**ABOUT THIS EXERCISE:** Once you reach the line containing "e55 v12 v18 LINE" in the entries below, write out that line and each one after it down to the line containing "e55 -e21 -e51]", exactly and with nothing added.

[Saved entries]
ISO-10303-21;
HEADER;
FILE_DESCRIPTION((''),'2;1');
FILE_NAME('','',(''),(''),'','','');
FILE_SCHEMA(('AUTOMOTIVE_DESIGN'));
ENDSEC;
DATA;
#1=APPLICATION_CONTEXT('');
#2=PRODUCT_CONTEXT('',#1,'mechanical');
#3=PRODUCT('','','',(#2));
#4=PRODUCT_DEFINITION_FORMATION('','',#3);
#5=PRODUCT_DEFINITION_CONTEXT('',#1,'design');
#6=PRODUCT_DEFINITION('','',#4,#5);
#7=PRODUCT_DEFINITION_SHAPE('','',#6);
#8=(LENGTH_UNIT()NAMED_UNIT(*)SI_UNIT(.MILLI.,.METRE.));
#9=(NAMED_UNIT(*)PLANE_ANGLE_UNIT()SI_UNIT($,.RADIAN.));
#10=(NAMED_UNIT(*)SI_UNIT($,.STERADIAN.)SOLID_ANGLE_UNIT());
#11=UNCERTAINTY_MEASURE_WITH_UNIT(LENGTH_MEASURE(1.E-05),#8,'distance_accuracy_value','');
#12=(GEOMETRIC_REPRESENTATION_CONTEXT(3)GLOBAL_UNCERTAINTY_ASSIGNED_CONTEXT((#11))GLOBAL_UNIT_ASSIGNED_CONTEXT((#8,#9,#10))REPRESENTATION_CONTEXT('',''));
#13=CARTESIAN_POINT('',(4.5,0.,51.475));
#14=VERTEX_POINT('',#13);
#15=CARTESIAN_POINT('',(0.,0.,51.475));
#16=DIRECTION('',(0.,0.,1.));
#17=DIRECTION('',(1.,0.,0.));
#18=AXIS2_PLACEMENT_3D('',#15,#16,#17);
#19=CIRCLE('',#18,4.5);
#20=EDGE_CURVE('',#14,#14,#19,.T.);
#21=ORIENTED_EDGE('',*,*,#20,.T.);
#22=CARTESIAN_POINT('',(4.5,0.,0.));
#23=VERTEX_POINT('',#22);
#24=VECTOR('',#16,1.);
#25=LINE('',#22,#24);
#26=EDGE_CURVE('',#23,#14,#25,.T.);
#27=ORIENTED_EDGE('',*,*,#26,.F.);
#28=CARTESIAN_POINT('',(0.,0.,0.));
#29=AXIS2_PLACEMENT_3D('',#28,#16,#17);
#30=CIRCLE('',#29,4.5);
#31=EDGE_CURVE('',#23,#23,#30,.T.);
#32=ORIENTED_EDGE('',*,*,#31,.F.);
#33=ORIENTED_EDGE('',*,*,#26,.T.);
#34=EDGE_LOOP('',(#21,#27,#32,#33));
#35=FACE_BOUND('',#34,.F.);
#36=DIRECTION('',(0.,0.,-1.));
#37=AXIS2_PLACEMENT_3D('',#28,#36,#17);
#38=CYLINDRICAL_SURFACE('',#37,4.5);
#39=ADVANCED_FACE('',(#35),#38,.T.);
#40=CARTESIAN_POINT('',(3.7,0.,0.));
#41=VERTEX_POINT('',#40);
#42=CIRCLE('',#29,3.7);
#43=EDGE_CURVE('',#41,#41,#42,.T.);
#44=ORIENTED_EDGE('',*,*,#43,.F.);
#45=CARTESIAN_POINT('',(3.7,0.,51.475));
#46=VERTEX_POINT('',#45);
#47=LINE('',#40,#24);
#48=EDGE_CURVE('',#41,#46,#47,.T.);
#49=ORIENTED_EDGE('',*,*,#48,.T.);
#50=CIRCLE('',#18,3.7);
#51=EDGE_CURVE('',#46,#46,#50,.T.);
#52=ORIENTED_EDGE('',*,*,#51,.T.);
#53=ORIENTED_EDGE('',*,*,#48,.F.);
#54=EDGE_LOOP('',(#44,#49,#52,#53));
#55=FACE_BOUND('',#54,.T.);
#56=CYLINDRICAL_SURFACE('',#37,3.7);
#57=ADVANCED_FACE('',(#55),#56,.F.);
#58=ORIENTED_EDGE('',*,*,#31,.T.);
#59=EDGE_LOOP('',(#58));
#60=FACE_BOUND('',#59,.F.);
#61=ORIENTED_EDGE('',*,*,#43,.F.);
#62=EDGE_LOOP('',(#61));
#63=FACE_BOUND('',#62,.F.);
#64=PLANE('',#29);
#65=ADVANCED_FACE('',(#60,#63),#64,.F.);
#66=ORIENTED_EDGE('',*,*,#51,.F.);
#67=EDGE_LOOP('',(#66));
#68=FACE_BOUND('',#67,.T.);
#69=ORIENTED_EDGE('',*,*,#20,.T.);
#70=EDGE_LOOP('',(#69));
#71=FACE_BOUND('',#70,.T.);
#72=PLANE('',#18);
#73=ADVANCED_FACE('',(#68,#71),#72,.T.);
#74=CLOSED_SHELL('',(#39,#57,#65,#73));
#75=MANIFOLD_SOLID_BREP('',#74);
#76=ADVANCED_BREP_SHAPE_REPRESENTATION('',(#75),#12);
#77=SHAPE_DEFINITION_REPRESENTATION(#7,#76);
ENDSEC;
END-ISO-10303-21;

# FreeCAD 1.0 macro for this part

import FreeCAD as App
import Part
import Sketcher
from FreeCAD import Vector
Q = App.Units.Quantity

doc = App.newDocument("Part")
body = doc.addObject("PartDesign::Body", "Body")

# Sketch on XY plane
sketch1 = body.newObject("Sketcher::SketchObject", "Sketch")
sketch1.AttachmentSupport = (doc.getObject("XY_Plane"), [""])
sketch1.MapMode = "FlatFace"
sketch1.addGeometry([
    Part.Circle(Vector(0, 0, 0), Vector(0, 0, 1), 4.5),
    Part.Circle(Vector(0, 0, 0), Vector(0, 0, 1), 3.7),
], False)
sketch1.addConstraint([
    Sketcher.Constraint("Coincident", 0, 3, -1, 1),
    Sketcher.Constraint("Coincident", 1, 3, -1, 1),
    Sketcher.Constraint("Diameter", 0, Q("9 mm")),
    Sketcher.Constraint("Diameter", 1, Q("7.4 mm")),
])
pad1 = body.newObject("PartDesign::Pad", "Pad")
pad1.Profile = sketch1
pad1.Length = 53.975

# Sketch on XY plane
sketch2 = body.newObject("Sketcher::SketchObject", "Sketch001")
sketch2.AttachmentSupport = (doc.getObject("XY_Plane"), [""])
sketch2.MapMode = "FlatFace"
sketch2.AttachmentOffset = App.Placement(Vector(0, 0, 53.975), App.Rotation())
sketch2.addGeometry([
    Part.Circle(Vector(0, 0, 0), Vector(0, 0, 1), 4.5),
    Part.Circle(Vector(0, 0, 0), Vector(0, 0, 1), 3.7),
], False)
sketch2.addConstraint([
    Sketcher.Constraint("Coincident", 0, 3, -1, 1),
    Sketcher.Constraint("Coincident", 1, 3, -1, 1),
    Sketcher.Constraint("Diameter", 0, Q("9 mm")),
    Sketcher.Constraint("Diameter", 1, Q("7.4 mm")),
])
pocket1 = body.newObject("PartDesign::Pocket", "Pocket")
pocket1.Profile = sketch2
pocket1.Length = 2.5

doc.recompute()
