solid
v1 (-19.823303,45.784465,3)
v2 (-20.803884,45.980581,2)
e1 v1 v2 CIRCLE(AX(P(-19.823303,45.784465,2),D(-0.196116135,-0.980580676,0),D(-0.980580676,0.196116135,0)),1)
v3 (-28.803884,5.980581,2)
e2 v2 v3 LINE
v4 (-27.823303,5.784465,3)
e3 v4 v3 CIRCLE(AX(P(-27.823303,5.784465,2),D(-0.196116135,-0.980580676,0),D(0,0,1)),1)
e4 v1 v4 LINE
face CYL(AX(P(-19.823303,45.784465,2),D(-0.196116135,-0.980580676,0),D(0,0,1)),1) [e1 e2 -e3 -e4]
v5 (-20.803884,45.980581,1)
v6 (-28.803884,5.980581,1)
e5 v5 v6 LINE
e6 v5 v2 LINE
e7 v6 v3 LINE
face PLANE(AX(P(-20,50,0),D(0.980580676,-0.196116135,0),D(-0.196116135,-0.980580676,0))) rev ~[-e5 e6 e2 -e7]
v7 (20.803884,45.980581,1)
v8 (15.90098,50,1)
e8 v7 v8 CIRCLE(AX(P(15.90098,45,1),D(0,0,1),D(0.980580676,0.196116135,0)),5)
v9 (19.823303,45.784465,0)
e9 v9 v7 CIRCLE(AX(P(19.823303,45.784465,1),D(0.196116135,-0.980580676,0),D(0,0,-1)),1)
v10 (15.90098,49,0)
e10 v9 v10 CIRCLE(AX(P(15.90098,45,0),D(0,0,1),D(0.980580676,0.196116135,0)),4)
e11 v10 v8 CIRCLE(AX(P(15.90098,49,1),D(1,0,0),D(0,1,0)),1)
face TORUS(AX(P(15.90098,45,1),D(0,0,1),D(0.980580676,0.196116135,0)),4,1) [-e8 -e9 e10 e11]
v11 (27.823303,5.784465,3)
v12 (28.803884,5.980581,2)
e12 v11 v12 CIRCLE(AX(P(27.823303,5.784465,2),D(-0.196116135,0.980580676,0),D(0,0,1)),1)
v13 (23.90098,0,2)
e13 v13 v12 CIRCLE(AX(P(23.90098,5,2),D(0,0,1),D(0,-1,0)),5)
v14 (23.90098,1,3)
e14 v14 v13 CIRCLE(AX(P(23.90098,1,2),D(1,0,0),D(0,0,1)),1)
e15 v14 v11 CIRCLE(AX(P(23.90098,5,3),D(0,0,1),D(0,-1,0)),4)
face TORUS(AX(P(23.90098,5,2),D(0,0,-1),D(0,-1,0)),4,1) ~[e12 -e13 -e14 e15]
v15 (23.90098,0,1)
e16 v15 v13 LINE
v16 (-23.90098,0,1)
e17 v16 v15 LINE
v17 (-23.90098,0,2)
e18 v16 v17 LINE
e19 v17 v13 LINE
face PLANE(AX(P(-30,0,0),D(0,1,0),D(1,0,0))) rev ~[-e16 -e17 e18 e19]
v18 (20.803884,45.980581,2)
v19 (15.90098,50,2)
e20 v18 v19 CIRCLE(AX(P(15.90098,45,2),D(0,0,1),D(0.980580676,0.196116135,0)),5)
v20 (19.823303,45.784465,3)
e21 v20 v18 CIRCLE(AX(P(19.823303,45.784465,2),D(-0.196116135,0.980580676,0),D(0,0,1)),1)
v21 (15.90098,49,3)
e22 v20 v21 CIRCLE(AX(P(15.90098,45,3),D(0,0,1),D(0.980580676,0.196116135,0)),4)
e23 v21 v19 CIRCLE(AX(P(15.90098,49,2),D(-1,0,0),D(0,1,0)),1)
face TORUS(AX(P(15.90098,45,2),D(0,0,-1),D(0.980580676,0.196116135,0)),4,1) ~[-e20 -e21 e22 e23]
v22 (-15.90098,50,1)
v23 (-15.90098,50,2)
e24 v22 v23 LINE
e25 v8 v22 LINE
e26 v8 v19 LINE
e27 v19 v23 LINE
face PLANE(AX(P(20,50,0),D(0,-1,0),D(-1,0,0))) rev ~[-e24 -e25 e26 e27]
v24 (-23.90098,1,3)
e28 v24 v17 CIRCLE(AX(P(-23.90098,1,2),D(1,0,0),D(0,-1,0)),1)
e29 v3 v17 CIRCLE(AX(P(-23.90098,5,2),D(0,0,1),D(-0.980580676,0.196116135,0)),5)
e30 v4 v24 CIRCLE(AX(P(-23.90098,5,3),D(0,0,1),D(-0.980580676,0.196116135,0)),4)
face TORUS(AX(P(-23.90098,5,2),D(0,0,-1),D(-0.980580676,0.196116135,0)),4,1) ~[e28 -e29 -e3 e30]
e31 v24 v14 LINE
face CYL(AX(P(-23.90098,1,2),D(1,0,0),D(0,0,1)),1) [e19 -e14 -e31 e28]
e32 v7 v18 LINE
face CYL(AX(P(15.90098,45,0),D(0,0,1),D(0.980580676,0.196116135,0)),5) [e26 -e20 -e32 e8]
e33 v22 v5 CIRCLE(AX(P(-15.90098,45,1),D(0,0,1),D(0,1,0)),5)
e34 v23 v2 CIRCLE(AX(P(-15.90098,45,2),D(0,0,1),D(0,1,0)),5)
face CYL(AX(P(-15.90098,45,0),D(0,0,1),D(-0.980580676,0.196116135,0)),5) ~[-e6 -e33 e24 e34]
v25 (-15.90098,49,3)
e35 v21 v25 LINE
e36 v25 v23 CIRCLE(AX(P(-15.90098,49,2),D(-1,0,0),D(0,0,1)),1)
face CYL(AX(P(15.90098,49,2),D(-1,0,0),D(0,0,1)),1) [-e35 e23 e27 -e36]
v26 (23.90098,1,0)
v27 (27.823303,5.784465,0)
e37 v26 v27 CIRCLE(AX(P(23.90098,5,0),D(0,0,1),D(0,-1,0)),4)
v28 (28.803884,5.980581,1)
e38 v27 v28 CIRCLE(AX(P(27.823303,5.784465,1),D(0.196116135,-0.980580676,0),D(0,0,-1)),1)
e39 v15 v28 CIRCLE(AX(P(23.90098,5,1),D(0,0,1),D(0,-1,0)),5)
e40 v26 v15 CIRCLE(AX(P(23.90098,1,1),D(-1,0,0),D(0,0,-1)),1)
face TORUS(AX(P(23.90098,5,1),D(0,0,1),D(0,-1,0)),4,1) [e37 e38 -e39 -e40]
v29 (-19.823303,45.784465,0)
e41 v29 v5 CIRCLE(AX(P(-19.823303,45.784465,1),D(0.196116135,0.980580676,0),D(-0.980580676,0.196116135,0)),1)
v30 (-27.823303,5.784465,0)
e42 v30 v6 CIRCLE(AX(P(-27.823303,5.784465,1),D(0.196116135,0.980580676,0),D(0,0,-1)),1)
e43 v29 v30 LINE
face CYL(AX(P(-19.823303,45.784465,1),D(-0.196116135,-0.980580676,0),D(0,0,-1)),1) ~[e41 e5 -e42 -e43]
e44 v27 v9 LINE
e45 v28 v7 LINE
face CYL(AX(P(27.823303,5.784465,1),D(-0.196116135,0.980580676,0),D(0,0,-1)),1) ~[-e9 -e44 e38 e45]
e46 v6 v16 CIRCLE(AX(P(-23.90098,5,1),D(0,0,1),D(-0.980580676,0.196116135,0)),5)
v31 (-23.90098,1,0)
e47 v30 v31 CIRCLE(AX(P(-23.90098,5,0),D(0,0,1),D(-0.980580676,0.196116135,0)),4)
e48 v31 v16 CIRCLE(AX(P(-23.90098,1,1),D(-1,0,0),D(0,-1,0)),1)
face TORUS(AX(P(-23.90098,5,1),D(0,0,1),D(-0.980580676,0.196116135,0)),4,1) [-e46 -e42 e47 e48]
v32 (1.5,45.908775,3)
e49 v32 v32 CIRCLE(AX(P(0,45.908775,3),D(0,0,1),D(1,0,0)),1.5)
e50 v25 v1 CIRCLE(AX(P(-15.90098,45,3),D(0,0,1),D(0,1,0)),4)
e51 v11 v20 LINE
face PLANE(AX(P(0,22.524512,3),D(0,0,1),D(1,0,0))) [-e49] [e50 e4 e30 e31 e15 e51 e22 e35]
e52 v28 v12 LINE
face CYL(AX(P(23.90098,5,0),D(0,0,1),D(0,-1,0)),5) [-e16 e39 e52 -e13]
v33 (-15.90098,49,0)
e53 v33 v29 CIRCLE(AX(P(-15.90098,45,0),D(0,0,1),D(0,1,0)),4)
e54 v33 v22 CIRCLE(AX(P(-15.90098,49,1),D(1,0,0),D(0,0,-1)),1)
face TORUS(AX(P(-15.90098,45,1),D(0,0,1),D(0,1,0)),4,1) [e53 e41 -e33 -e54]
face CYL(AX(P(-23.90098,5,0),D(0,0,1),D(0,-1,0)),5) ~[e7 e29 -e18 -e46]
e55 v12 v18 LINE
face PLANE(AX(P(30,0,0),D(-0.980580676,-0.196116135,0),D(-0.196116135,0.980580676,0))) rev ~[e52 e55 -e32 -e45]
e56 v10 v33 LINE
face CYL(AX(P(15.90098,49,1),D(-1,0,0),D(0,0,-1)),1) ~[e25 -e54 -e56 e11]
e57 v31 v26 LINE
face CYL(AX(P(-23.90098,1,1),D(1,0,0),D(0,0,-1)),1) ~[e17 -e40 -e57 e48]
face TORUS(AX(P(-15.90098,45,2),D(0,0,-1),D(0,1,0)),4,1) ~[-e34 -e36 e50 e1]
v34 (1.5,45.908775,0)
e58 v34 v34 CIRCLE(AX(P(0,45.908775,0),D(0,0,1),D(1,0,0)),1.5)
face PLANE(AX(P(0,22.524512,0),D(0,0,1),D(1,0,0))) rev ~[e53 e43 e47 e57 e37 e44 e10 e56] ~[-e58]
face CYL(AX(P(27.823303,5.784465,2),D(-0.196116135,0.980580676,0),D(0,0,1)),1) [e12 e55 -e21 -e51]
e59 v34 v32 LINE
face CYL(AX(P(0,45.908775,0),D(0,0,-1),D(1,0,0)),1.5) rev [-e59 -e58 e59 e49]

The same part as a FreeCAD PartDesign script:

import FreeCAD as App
import Part
import Sketcher

V = App.Vector


def edges_at(feature, points):
    """Names of the edges that pass closest to the given points."""
    edges = feature.Shape.Edges
    near = lambda p: min(range(len(edges)), key=lambda i: edges[i].distToShape(Part.Vertex(*p))[0])
    return sorted({f"Edge{near(p) + 1}" for p in points})


def add_polygon(sketch, points):
    """Adds a closed chain of lines whose ends are joined by coincident constraints."""
    first, n = sketch.GeometryCount, len(points)
    for a, b in zip(points, points[1:] + points[:1]):
        sketch.addGeometry(Part.LineSegment(App.Vector(*a, 0), App.Vector(*b, 0)), False)
    for i in range(n):
        sketch.addConstraint(Sketcher.Constraint("Coincident", first + i, 2, first + (i + 1) % n, 1))

doc = App.newDocument("Part")
params = doc.addObject("Spreadsheet::Sheet", "Params")
for row, (alias, value) in enumerate([
    ("sketch1_diameter", "3 mm"),
    ("sketch1_width", "60 mm"),
    ("sketch1_width2", "40 mm"),
    ("pad1_length", "3 mm"),
    ("fillet_radius", "5 mm"),
    ("fillet2_radius", "1 mm"),
], start=1):
    params.set(f"A{row}", alias)
    params.set(f"B{row}", "=" + value)
    params.setAlias(f"B{row}", alias)

body = doc.addObject("PartDesign::Body", "Body")

# Sketch on XY plane
sketch1 = body.newObject("Sketcher::SketchObject", "Sketch")
sketch1.AttachmentSupport = (doc.getObject("XY_Plane"), [""])
sketch1.MapMode = "FlatFace"
add_polygon(sketch1, [(-30, 0), (30, 0), (20, 50), (-20, 50)])  # lines 0-3
sketch1.addGeometry(Part.Circle(V(0, 45.9, 0), V(0, 0, 1), 1.5), False)  # 4
sketch1.addConstraint([
    Sketcher.Constraint("Horizontal", 0),
    Sketcher.Constraint("Horizontal", 2),
    Sketcher.Constraint("Symmetric", 0, 2, 3, 2, -1, 1),
    Sketcher.Constraint("PointOnObject", 4, 3, -2),
    Sketcher.Constraint("Equal", 1, 3),
    Sketcher.Constraint("Diameter", 4, 3.0),
    Sketcher.Constraint("DistanceX", 0, 1, 0, 2, 60.0),
    Sketcher.Constraint("DistanceX", 2, 2, 2, 1, 40.0),
    Sketcher.Constraint("DistanceY", -1, 1, 1, 2, 50.0),
    Sketcher.Constraint("DistanceY", -1, 1, 4, 3, 45.908775),
])
sketch1.setExpression("Constraints[9]", "Params.sketch1_diameter")
sketch1.setExpression("Constraints[10]", "Params.sketch1_width")
sketch1.setExpression("Constraints[11]", "Params.sketch1_width2")
pad1 = body.newObject("PartDesign::Pad", "Pad")
pad1.Profile = sketch1
pad1.setExpression("Length", "Params.pad1_length")
doc.recompute()

fillet = body.newObject("PartDesign::Fillet", "Fillet")
fillet.Base = (pad1, edges_at(pad1, [
    (-20, 50, 1.5),
    (20, 50, 1.5),
    (30, 0, 1.5),
    (-30, 0, 1.5),
]))
fillet.setExpression("Radius", "Params.fillet_radius")
doc.recompute()

fillet2 = body.newObject("PartDesign::Fillet", "Fillet001")
fillet2.Base = (fillet, edges_at(fillet, [(24.804, 25.981, 3), (24.804, 25.981, 0)]))
fillet2.setExpression("Radius", "Params.fillet2_radius")

doc.recompute()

**ANSWER TO THE PROBLEM:**
e55 v12 v18 LINE
face PLANE(AX(P(30,0,0),D(-0.980580676,-0.196116135,0),D(-0.196116135,0.980580676,0))) rev ~[e52 e55 -e32 -e45]
e56 v10 v33 LINE
face CYL(AX(P(15.90098,49,1),D(-1,0,0),D(0,0,-1)),1) ~[e25 -e54 -e56 e11]
e57 v31 v26 LINE
face CYL(AX(P(-23.90098,1,1),D(1,0,0),D(0,0,-1)),1) ~[e17 -e40 -e57 e48]
face TORUS(AX(P(-15.90098,45,2),D(0,0,-1),D(0,1,0)),4,1) ~[-e34 -e36 e50 e1]
v34 (1.5,45.908775,0)
e58 v34 v34 CIRCLE(AX(P(0,45.908775,0),D(0,0,1),D(1,0,0)),1.5)
face PLANE(AX(P(0,22.524512,0),D(0,0,1),D(1,0,0))) rev ~[e53 e43 e47 e57 e37 e44 e10 e56] ~[-e58]
face CYL(AX(P(27.823303,5.784465,2),D(-0.196116135,0.980580676,0),D(0,0,1)),1) [e12 e55 -e21 -e51]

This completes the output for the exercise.